- [WHAT IS REQUIRED]
For the entries below, print exactly the lines between the line holding "e20 v16 v10" and the line holding "v24 (4.5,8,-32)", inclusive, and nothing else.

:::

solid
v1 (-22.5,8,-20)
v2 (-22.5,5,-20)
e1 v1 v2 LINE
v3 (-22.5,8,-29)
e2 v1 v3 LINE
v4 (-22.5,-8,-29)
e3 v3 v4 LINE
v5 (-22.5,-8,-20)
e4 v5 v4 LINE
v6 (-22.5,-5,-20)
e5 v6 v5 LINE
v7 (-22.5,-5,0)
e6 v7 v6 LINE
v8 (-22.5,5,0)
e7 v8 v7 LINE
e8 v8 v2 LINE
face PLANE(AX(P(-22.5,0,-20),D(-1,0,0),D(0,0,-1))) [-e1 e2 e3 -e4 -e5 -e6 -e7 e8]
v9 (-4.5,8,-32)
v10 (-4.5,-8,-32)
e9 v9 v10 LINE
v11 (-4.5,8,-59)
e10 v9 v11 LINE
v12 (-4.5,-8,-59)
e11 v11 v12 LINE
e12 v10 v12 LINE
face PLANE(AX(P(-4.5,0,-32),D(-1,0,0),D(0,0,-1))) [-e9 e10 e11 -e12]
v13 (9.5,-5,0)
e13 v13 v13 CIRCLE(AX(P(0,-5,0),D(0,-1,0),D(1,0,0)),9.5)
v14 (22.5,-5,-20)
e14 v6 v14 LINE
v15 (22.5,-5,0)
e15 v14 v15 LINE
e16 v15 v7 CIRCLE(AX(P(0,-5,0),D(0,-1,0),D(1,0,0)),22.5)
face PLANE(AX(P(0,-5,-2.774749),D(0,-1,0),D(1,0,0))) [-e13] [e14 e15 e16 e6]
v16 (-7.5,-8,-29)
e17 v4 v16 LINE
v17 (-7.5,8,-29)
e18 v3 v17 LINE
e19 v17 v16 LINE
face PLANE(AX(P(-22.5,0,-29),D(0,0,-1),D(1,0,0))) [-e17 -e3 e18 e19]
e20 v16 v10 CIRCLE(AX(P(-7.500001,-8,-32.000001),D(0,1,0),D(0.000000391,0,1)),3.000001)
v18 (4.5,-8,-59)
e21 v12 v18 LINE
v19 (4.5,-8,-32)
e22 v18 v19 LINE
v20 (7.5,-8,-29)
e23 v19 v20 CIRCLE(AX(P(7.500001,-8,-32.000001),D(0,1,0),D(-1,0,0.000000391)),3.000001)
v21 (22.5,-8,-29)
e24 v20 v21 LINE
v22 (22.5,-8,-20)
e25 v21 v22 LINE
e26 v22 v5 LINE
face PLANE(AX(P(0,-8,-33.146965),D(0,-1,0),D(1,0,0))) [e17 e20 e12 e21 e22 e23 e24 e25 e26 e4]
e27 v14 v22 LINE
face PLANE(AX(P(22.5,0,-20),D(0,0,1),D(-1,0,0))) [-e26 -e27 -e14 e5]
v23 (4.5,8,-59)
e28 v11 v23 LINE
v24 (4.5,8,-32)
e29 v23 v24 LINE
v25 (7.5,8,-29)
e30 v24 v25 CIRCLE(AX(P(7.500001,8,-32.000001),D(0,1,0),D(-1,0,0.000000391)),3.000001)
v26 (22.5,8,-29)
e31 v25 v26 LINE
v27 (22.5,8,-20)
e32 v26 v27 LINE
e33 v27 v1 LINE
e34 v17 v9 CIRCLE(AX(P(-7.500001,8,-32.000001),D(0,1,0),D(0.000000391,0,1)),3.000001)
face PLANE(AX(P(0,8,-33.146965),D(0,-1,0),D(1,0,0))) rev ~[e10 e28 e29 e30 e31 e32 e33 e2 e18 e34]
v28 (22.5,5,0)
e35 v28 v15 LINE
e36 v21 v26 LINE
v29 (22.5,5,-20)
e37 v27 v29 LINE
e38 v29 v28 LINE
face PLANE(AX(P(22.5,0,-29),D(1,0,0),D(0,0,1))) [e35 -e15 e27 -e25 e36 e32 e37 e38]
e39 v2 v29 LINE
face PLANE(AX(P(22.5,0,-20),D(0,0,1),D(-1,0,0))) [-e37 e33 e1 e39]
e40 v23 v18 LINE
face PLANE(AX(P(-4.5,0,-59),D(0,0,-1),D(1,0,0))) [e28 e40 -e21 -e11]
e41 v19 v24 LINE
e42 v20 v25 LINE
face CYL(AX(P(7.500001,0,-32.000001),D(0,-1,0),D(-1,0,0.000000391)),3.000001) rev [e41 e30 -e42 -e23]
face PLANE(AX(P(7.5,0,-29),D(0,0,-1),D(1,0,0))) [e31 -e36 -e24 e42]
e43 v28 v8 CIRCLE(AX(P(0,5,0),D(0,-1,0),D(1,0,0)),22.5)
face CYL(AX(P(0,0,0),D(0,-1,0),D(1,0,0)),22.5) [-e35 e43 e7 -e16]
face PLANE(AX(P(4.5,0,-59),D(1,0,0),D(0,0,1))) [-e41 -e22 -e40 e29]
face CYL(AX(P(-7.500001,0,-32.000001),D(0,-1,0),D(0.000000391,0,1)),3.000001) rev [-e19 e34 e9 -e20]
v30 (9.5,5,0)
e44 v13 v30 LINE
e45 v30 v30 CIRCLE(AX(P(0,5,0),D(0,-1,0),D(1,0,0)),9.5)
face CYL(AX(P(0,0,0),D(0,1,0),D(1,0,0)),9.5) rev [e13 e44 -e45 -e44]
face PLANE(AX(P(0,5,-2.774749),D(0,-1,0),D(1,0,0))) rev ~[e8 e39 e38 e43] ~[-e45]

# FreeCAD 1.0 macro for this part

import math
import FreeCAD as App
import Part
import Sketcher
from FreeCAD import Vector

doc = App.newDocument("Part")
body = doc.addObject("PartDesign::Body", "Body")

# Sketch on XZ plane
sketch1 = body.newObject("Sketcher::SketchObject", "Sketch")
sketch1.AttachmentSupport = (doc.getObject("XZ_Plane"), [""])
sketch1.MapMode = "FlatFace"
sketch1.addGeometry([
    Part.LineSegment(Vector(22.5, -29, 0), Vector(22.5, -20, 0)),  # 0
    Part.LineSegment(Vector(22.5, -20, 0), Vector(-22.5, -20, 0)),  # 1
    Part.LineSegment(Vector(-22.5, -20, 0), Vector(-22.5, -29, 0)),  # 2
    Part.LineSegment(Vector(-22.5, -29, 0), Vector(-7.5, -29, 0)),  # 3
    Part.ArcOfCircle(Part.Circle(Vector(-7.5, -32, 0), Vector(0, 0, 1), 3), math.radians(0), math.radians(90)),  # 4
    Part.LineSegment(Vector(-4.5, -32, 0), Vector(-4.5, -59, 0)),  # 5
    Part.LineSegment(Vector(-4.5, -59, 0), Vector(4.5, -59, 0)),  # 6
    Part.LineSegment(Vector(4.5, -59, 0), Vector(4.5, -32, 0)),  # 7
    Part.ArcOfCircle(Part.Circle(Vector(7.5, -32, 0), Vector(0, 0, 1), 3), math.radians(90), math.radians(180)),  # 8
    Part.LineSegment(Vector(7.5, -29, 0), Vector(22.5, -29, 0)),  # 9
], False)
sketch1.addConstraint([
    Sketcher.Constraint("Coincident", 0, 2, 1, 1),
    Sketcher.Constraint("Coincident", 1, 2, 2, 1),
    Sketcher.Constraint("Coincident", 2, 2, 3, 1),
    Sketcher.Constraint("Tangent", 3, 2, 4, 2),
    Sketcher.Constraint("Tangent", 4, 1, 5, 1),
    Sketcher.Constraint("Coincident", 5, 2, 6, 1),
    Sketcher.Constraint("Coincident", 6, 2, 7, 1),
    Sketcher.Constraint("Tangent", 7, 2, 8, 2),
    Sketcher.Constraint("Tangent", 8, 1, 9, 1),
    Sketcher.Constraint("Coincident", 9, 2, 0, 1),
    Sketcher.Constraint("Vertical", 0),
    Sketcher.Constraint("Horizontal", 1),
    Sketcher.Constraint("Vertical", 2),
    Sketcher.Constraint("Horizontal", 3),
    Sketcher.Constraint("Vertical", 5),
    Sketcher.Constraint("Horizontal", 6),
    Sketcher.Constraint("Vertical", 7),
    Sketcher.Constraint("Horizontal", 9),
    Sketcher.Constraint("Equal", 4, 8),
    Sketcher.Constraint("Symmetric", 4, 3, 8, 3, -2),
    Sketcher.Constraint("Equal", 3, 9),
    Sketcher.Constraint("Equal", 6, 0),
    Sketcher.Constraint("Radius", 4, 3.000001),
    Sketcher.Constraint("DistanceX", 1, 2, 1, 1, 45.0),
    Sketcher.Constraint("DistanceX", 3, 1, 3, 2, 15.0),
    Sketcher.Constraint("DistanceY", 5, 2, 5, 1, 27.0),
    Sketcher.Constraint("DistanceY", 4, 3, -1, 1, 32.000001),
])
pad1 = body.newObject("PartDesign::Pad", "Pad")
pad1.Profile = sketch1
pad1.Length = 16
pad1.Midplane = True

# Sketch on XZ plane
sketch2 = body.newObject("Sketcher::SketchObject", "Sketch001")
sketch2.AttachmentSupport = (doc.getObject("XZ_Plane"), [""])
sketch2.MapMode = "FlatFace"
sketch2.addGeometry([
    Part.LineSegment(Vector(22, -20, 0), Vector(22, 0, 0)),  # 0
    Part.ArcOfCircle(Part.Circle(Vector(0, 0, 0), Vector(0, 0, 1), 22), math.radians(0), math.radians(180)),  # 1
    Part.LineSegment(Vector(-22, 0, 0), Vector(-22, -20, 0)),  # 2
    Part.LineSegment(Vector(-22, -20, 0), Vector(22, -20, 0)),  # 3
    Part.Circle(Vector(0, 0, 0), Vector(0, 0, 1), 10),  # 4
], False)
sketch2.addConstraint([
    Sketcher.Constraint("Tangent", 0, 2, 1, 1),
    Sketcher.Constraint("Tangent", 1, 2, 2, 1),
    Sketcher.Constraint("Coincident", 2, 2, 3, 1),
    Sketcher.Constraint("Coincident", 3, 2, 0, 1),
    Sketcher.Constraint("Vertical", 0),
    Sketcher.Constraint("Vertical", 2),
    Sketcher.Constraint("Horizontal", 3),
    Sketcher.Constraint("Coincident", 1, 3, -1, 1),
    Sketcher.Constraint("Coincident", 4, 3, -1, 1),
    Sketcher.Constraint("Diameter", 4, 19.0),
    Sketcher.Constraint("Radius", 1, 22.5),
    Sketcher.Constraint("DistanceY", 0, 1, 0, 2, 20.0),
])
pad2 = body.newObject("PartDesign::Pad", "Pad001")
pad2.Profile = sketch2
pad2.Length = 10
pad2.Midplane = True

doc.recompute()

:::

- [RESULT]
e20 v16 v10 CIRCLE(AX(P(-7.500001,-8,-32.000001),D(0,1,0),D(0.000000391,0,1)),3.000001)
v18 (4.5,-8,-59)
e21 v12 v18 LINE
v19 (4.5,-8,-32)
e22 v18 v19 LINE
v20 (7.5,-8,-29)
e23 v19 v20 CIRCLE(AX(P(7.500001,-8,-32.000001),D(0,1,0),D(-1,0,0.000000391)),3.000001)
v21 (22.5,-8,-29)
e24 v20 v21 LINE
v22 (22.5,-8,-20)
e25 v21 v22 LINE
e26 v22 v5 LINE
face PLANE(AX(P(0,-8,-33.146965),D(0,-1,0),D(1,0,0))) [e17 e20 e12 e21 e22 e23 e24 e25 e26 e4]
e27 v14 v22 LINE
face PLANE(AX(P(22.5,0,-20),D(0,0,1),D(-1,0,0))) [-e26 -e27 -e14 e5]
v23 (4.5,8,-59)
e28 v11 v23 LINE
v24 (4.5,8,-32)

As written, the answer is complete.